Debout à côté de la chaise. Redressez votre jambe, mettez vos talons sur le dos d'une chaise. Levez vos mains et tirez pour sentir vos muscles abdominaux et la colonne vertébrale. Rester dans cette position, commence à faire baisser le corps aux pieds. Si pas immédiatement, puis au fil du temps, vous commencerez à descendre vers vos orteils. L'exercice est lente. Pour chaque côté faire 50 reps.

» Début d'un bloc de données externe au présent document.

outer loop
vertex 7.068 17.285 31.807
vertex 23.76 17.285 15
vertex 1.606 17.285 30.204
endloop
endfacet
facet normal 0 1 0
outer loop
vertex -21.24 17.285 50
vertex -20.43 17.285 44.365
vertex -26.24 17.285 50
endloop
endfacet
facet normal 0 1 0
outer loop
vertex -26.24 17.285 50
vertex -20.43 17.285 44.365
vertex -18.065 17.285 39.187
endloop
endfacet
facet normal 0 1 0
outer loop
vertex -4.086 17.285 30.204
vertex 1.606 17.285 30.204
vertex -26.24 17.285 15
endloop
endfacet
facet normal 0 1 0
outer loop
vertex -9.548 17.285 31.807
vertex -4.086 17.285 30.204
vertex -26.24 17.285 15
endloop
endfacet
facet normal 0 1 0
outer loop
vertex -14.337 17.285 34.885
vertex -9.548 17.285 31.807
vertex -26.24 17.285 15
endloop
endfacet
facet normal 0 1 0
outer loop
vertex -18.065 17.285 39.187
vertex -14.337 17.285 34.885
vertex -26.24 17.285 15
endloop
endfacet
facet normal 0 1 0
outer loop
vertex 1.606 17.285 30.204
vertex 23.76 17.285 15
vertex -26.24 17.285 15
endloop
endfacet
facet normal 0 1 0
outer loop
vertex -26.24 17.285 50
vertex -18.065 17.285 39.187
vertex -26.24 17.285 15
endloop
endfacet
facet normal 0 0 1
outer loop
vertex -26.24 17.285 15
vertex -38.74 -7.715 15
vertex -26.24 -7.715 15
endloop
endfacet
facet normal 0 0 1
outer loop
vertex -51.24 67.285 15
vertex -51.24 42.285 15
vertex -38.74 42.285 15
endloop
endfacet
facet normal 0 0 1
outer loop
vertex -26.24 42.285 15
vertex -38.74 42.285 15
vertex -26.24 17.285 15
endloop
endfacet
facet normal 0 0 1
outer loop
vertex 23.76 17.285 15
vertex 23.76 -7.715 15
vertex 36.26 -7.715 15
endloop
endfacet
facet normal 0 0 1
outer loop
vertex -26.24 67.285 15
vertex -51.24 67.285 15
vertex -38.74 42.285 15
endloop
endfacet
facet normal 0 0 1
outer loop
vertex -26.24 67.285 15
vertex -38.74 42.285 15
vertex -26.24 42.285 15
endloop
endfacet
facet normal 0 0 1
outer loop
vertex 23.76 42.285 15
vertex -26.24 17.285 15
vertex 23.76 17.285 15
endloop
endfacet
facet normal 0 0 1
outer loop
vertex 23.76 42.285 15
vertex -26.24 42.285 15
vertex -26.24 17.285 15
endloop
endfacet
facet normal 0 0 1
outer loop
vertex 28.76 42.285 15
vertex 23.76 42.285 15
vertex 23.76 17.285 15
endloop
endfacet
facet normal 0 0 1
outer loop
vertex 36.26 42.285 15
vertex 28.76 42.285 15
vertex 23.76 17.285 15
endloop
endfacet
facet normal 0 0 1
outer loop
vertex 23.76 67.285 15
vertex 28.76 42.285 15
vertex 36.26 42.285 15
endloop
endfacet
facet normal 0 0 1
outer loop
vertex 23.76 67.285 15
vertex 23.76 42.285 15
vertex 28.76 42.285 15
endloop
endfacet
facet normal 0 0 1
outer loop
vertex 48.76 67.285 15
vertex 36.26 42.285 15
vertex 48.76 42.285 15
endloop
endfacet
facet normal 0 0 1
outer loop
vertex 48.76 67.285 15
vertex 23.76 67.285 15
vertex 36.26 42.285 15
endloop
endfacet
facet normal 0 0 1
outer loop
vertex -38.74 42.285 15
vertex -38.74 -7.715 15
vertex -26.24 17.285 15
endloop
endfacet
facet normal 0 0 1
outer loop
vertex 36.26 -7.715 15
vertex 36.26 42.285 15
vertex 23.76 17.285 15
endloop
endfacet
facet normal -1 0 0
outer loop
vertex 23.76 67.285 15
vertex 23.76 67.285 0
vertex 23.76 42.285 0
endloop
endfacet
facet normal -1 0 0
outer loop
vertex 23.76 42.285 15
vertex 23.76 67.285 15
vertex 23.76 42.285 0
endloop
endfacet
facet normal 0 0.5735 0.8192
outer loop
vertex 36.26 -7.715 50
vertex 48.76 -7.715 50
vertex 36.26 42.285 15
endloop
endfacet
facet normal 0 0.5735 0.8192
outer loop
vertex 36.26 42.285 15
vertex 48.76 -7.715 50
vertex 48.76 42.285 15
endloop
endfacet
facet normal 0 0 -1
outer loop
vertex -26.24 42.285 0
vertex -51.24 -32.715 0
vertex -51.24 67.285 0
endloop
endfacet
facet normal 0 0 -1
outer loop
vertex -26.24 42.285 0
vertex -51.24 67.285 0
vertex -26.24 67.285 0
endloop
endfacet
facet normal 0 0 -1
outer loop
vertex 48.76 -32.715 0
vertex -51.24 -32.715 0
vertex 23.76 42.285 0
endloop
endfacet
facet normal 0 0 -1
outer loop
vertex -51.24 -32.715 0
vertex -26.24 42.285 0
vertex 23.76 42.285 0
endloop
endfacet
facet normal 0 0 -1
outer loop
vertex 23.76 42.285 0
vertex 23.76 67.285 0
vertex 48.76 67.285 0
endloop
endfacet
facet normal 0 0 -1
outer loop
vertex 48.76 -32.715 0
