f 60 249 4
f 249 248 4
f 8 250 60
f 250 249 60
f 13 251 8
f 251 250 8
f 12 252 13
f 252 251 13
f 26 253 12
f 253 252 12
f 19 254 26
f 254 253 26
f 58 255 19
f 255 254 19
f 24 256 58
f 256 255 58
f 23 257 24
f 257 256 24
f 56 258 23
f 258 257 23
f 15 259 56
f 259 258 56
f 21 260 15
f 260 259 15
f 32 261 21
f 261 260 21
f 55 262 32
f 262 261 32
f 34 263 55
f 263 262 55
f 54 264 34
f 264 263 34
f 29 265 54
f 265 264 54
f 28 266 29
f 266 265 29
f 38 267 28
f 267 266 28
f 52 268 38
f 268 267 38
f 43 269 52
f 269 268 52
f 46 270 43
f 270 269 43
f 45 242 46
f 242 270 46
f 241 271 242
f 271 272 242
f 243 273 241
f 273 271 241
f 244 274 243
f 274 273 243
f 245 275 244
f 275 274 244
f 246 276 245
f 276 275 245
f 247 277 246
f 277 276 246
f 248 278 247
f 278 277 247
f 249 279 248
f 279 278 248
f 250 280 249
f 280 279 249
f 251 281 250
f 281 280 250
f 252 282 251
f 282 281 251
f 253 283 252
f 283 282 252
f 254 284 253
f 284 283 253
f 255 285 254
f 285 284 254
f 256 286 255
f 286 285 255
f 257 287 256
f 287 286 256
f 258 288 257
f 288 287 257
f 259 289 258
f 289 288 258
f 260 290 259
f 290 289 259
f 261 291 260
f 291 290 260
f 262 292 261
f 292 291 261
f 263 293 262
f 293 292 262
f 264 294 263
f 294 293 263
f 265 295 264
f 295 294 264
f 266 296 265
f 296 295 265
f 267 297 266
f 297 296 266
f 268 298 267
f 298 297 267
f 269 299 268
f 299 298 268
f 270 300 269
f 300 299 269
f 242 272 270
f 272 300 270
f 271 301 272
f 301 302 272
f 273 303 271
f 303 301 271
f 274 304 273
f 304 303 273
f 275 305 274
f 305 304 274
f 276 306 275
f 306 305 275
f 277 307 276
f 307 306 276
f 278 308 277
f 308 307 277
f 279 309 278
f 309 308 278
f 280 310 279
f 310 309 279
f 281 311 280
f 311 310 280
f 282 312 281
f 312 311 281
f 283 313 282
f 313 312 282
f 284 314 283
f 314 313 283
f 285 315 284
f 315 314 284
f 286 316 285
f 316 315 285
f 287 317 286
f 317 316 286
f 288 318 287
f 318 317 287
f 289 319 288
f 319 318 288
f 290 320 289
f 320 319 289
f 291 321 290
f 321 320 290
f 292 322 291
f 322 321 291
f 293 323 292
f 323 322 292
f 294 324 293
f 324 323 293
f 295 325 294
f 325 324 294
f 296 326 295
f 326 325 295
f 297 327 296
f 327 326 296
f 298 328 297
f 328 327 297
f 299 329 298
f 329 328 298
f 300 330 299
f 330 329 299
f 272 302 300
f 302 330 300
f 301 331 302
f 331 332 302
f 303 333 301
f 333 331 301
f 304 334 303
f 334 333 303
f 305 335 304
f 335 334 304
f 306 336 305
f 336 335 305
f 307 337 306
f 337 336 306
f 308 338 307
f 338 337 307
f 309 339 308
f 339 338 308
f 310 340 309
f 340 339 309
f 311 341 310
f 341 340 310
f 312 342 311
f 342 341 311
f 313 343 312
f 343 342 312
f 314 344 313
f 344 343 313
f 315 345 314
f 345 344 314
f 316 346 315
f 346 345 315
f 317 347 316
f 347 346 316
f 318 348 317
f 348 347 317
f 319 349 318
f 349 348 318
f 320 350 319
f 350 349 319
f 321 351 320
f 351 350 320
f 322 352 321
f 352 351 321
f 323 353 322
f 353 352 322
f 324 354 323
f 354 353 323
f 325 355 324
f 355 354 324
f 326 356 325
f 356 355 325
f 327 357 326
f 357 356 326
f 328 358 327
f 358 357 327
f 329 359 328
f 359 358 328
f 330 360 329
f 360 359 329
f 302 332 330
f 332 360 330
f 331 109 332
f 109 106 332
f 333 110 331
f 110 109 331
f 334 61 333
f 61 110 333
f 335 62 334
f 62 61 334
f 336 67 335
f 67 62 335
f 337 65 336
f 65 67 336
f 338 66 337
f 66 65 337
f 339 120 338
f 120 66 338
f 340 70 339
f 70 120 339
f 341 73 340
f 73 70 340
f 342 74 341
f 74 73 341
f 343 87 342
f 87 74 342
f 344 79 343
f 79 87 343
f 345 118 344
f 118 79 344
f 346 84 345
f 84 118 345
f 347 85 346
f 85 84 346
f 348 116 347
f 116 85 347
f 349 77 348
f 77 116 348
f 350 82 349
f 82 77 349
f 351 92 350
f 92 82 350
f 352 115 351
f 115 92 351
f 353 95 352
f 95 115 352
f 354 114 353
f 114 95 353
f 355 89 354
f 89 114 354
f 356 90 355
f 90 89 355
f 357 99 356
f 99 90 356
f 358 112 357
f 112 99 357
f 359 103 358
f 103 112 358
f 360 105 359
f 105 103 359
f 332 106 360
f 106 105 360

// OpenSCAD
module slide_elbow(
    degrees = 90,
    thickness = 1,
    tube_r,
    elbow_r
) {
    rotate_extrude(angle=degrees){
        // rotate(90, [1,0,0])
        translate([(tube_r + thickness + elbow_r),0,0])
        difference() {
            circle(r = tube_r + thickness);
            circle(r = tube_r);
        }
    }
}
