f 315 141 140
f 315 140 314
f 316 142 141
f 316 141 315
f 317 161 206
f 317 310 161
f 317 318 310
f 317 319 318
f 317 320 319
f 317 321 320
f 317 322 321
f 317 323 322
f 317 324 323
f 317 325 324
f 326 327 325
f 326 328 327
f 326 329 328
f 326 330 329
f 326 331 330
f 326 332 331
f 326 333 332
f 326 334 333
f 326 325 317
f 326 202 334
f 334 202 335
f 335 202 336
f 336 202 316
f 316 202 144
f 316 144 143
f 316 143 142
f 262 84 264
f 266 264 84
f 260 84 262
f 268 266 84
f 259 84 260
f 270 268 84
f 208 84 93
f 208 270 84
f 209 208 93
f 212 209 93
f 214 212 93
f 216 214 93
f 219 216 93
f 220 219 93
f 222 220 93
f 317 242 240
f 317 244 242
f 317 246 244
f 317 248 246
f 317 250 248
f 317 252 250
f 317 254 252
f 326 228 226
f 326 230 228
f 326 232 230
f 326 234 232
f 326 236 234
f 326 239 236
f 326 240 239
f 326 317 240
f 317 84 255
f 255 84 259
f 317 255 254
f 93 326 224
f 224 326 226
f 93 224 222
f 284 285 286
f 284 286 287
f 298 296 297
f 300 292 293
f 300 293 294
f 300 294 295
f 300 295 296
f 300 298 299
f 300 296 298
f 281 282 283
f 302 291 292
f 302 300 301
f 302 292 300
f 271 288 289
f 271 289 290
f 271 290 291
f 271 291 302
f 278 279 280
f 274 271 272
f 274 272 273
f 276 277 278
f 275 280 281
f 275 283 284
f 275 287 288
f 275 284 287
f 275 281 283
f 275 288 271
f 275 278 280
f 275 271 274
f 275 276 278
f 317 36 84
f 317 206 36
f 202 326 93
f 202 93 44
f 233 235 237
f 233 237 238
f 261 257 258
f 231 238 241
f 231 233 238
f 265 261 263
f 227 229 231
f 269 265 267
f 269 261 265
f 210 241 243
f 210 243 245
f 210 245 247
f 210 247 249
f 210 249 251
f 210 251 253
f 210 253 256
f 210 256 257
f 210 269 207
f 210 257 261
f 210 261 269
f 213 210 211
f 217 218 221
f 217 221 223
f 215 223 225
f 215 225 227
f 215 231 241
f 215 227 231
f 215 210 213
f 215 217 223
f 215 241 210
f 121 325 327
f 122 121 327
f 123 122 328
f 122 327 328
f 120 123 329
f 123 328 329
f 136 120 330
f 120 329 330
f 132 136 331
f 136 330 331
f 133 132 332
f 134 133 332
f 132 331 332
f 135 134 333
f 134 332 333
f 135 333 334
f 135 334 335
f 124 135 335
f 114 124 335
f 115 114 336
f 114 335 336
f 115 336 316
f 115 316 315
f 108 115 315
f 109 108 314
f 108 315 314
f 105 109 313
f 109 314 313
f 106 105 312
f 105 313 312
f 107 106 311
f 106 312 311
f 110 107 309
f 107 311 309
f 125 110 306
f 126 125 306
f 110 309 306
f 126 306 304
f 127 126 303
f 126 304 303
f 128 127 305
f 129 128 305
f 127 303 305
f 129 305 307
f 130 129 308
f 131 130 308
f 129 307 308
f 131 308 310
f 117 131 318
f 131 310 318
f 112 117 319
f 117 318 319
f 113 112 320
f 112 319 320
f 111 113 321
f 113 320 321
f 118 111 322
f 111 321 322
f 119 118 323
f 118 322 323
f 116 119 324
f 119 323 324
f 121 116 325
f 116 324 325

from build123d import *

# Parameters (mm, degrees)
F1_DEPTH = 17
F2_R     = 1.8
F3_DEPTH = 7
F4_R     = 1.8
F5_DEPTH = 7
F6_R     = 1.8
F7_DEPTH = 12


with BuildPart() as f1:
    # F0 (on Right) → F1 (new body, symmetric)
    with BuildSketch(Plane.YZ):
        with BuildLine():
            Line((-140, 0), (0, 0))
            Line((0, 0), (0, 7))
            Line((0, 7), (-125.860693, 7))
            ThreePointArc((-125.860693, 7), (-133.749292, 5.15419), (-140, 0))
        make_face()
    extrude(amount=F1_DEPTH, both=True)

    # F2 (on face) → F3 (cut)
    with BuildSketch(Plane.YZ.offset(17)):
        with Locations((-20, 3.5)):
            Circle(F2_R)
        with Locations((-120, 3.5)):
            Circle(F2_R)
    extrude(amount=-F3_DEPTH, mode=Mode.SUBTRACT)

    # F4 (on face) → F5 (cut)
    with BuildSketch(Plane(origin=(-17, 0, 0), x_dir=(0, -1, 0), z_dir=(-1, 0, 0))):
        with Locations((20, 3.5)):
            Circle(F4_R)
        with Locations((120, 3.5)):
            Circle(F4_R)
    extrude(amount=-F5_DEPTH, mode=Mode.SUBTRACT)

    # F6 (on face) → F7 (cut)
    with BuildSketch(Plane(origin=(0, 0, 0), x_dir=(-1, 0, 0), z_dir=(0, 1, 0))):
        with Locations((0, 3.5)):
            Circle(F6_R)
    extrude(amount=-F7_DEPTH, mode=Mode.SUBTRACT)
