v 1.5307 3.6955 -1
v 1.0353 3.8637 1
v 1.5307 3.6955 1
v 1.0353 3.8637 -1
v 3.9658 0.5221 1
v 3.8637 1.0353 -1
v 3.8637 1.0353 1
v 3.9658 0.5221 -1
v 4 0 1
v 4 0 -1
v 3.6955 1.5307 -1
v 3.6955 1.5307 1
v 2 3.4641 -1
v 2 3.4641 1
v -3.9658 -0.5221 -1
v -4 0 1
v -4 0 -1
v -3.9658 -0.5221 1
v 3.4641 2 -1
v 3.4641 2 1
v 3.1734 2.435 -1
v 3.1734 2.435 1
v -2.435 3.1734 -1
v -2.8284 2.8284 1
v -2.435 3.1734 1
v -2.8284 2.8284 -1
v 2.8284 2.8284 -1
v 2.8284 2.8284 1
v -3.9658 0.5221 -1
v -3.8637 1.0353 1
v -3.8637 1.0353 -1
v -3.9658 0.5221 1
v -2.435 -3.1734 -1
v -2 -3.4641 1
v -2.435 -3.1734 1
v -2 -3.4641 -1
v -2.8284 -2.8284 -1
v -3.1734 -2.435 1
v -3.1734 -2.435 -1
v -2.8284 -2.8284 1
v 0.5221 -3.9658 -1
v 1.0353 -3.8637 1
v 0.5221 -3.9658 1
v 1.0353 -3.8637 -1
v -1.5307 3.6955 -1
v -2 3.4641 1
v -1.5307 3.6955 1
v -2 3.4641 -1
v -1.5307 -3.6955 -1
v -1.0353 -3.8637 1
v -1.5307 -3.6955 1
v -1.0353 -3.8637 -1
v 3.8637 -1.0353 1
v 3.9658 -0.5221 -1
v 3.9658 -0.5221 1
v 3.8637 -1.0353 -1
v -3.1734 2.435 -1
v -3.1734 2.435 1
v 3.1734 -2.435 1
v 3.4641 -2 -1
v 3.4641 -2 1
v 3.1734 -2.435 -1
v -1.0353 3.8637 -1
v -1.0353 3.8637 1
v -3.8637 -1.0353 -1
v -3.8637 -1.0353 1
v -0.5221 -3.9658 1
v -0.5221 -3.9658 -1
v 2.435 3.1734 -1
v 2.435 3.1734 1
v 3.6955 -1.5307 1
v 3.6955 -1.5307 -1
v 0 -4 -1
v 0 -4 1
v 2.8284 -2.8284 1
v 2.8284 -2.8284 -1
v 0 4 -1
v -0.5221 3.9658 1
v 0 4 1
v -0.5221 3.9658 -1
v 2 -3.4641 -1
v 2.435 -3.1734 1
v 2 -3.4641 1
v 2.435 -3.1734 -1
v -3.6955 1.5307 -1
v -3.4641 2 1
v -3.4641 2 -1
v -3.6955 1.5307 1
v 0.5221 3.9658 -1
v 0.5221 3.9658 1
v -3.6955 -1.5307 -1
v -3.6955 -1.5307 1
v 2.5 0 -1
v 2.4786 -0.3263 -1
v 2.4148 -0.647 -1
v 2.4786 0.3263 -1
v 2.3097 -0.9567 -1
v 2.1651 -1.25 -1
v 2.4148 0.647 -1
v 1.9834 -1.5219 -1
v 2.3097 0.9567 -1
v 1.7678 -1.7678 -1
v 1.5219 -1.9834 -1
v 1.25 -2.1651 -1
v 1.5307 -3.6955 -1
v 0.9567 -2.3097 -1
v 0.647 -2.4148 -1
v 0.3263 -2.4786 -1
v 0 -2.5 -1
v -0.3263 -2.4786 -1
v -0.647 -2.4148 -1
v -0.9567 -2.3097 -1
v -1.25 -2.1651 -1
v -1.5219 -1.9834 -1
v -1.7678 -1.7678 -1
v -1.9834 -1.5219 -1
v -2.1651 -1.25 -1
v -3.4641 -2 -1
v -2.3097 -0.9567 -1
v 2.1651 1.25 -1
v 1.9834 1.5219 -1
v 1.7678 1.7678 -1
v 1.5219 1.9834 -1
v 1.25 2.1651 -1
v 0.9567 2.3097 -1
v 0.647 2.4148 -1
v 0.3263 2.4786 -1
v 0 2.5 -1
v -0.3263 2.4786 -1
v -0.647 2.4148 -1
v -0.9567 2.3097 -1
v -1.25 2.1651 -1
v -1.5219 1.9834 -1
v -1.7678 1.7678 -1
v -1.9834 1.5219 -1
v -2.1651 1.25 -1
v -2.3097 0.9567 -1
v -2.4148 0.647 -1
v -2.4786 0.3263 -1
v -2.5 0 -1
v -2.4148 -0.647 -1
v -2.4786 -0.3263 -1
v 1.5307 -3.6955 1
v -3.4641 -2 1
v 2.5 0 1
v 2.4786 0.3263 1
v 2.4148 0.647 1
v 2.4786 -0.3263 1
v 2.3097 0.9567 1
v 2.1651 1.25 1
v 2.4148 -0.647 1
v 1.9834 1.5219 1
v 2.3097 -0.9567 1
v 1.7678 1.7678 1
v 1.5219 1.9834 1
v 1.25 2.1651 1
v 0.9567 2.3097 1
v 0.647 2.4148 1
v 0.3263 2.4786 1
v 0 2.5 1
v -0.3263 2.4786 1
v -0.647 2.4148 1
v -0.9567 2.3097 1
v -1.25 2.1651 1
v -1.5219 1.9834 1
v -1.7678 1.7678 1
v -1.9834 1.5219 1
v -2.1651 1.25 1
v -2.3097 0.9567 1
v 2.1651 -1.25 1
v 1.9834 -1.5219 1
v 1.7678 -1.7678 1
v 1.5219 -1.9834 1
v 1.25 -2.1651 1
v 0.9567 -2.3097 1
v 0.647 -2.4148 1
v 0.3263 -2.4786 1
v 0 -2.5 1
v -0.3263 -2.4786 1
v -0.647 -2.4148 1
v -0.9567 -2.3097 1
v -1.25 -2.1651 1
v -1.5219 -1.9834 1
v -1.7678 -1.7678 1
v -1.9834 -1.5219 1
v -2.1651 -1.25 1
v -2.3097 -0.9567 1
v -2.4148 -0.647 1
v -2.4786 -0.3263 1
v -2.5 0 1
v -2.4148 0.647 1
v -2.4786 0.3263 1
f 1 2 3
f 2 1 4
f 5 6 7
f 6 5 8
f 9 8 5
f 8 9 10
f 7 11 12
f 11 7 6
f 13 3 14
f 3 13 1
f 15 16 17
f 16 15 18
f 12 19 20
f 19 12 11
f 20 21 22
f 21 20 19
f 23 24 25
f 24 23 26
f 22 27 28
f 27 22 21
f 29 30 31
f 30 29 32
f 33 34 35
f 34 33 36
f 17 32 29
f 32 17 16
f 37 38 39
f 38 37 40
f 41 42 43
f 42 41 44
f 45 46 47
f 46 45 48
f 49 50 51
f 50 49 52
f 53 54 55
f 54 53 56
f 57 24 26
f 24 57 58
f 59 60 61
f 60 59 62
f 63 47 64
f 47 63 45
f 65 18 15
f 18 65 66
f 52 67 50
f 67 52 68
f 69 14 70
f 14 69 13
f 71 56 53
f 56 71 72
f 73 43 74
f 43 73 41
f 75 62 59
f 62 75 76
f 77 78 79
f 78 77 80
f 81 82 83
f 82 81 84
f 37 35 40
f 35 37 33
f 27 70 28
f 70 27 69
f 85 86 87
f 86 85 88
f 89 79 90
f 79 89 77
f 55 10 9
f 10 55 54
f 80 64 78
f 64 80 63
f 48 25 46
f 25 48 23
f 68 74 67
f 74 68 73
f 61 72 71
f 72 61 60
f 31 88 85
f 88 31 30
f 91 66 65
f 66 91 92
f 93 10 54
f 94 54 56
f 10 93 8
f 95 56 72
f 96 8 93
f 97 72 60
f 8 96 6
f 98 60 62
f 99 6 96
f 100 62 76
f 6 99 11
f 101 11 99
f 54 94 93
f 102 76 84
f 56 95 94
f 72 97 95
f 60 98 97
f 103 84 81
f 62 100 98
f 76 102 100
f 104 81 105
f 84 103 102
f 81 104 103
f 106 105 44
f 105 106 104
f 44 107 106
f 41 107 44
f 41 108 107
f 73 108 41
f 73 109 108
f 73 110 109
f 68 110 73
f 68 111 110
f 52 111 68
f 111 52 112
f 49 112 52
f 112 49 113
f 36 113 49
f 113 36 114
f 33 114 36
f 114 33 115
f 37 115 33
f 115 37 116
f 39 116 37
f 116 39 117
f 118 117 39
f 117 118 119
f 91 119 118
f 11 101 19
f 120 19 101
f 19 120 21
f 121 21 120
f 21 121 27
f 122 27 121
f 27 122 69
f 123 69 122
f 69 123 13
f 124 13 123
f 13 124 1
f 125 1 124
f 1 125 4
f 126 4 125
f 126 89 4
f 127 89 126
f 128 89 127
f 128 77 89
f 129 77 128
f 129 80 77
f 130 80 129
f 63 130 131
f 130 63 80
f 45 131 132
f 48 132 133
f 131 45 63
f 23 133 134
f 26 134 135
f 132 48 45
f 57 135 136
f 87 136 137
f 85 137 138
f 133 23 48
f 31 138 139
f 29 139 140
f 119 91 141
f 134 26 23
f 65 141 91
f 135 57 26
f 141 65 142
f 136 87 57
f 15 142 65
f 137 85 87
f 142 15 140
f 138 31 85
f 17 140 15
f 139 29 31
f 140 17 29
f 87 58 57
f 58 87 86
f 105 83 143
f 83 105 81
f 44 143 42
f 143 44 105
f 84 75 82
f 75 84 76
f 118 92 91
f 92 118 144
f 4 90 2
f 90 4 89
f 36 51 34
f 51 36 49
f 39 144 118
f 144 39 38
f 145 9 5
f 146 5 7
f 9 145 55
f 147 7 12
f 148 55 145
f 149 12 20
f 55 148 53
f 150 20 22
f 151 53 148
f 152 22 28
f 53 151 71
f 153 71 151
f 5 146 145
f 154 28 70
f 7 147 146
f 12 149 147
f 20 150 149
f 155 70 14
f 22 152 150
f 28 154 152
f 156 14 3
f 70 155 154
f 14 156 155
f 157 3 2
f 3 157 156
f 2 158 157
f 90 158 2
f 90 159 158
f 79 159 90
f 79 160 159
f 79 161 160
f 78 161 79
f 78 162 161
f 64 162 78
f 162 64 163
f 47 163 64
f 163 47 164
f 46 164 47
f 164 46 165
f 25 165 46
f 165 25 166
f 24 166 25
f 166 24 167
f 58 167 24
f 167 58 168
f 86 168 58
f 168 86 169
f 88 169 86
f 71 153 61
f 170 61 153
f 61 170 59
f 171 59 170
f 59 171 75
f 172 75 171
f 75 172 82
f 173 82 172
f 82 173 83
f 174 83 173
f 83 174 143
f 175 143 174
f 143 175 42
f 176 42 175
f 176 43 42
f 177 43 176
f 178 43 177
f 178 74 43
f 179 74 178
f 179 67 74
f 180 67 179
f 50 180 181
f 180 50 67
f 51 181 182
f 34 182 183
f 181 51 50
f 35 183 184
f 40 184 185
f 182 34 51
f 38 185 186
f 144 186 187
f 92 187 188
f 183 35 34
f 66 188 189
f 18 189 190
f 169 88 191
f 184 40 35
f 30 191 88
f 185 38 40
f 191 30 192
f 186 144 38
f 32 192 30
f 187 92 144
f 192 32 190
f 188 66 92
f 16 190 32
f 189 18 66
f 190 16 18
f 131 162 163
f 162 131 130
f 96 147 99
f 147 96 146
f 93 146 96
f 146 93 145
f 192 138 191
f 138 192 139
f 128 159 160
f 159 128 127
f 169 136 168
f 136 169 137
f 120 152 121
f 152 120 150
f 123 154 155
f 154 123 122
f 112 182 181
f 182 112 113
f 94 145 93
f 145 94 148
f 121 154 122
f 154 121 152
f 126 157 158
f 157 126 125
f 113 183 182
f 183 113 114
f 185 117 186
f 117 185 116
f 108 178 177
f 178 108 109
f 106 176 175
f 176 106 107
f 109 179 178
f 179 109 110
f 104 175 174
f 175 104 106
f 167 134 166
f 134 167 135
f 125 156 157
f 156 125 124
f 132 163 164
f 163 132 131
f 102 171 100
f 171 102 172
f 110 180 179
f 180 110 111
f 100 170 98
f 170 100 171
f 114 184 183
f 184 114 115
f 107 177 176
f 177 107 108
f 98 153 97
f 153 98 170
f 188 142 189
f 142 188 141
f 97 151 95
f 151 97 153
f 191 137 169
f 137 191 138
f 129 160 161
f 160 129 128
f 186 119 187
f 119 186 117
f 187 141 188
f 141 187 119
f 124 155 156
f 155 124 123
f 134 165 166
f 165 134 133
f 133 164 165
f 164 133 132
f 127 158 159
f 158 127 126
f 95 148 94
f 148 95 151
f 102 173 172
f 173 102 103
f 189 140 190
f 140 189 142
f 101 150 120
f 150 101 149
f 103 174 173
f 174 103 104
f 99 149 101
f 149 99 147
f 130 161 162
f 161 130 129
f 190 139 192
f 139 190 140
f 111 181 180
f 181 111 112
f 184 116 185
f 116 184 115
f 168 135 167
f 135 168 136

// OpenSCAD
difference()
{
	cylinder(d=8,h=2,center=true,$fn=24*2);
	cylinder(d=5,h=2+0.2,center=true,$fn=24*2);
}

Debout face à la porte ouverte et saisir les poignées sur les deux côtés. Derrière un petit banc. Lentement vous abaissez à elle, mais ne pas se asseoir, mais seulement légèrement toucher le siège. Maintenez cette position pendant 10 secondes. Lorsque le nouveau en hausse et maintenez pendant 10 secondes, et de commencer à descendre sur le banc. Répétez l'exercice une centaine de secondes.
Debout face à un mur, mettre un coussin sous vos pieds, tordu de serviettes. Appuyez-vous contre les mains de mur, compter jusqu'à dix et montez sur vos orteils pour que le talon touche le niveau supérieur du rouleau. Laisser 10 secondes et revenez à la position de départ.
Couché sur le côté, pliez votre jambe au niveau du genou et placez votre main opposée à l'étage. L'autre main soutient la tête. Leg située au-dessus, soulever du sol à 80 degrés. Tenez-le dans cette position pendant 10 secondes, puis plus bas. Répétez avec l'autre jambe.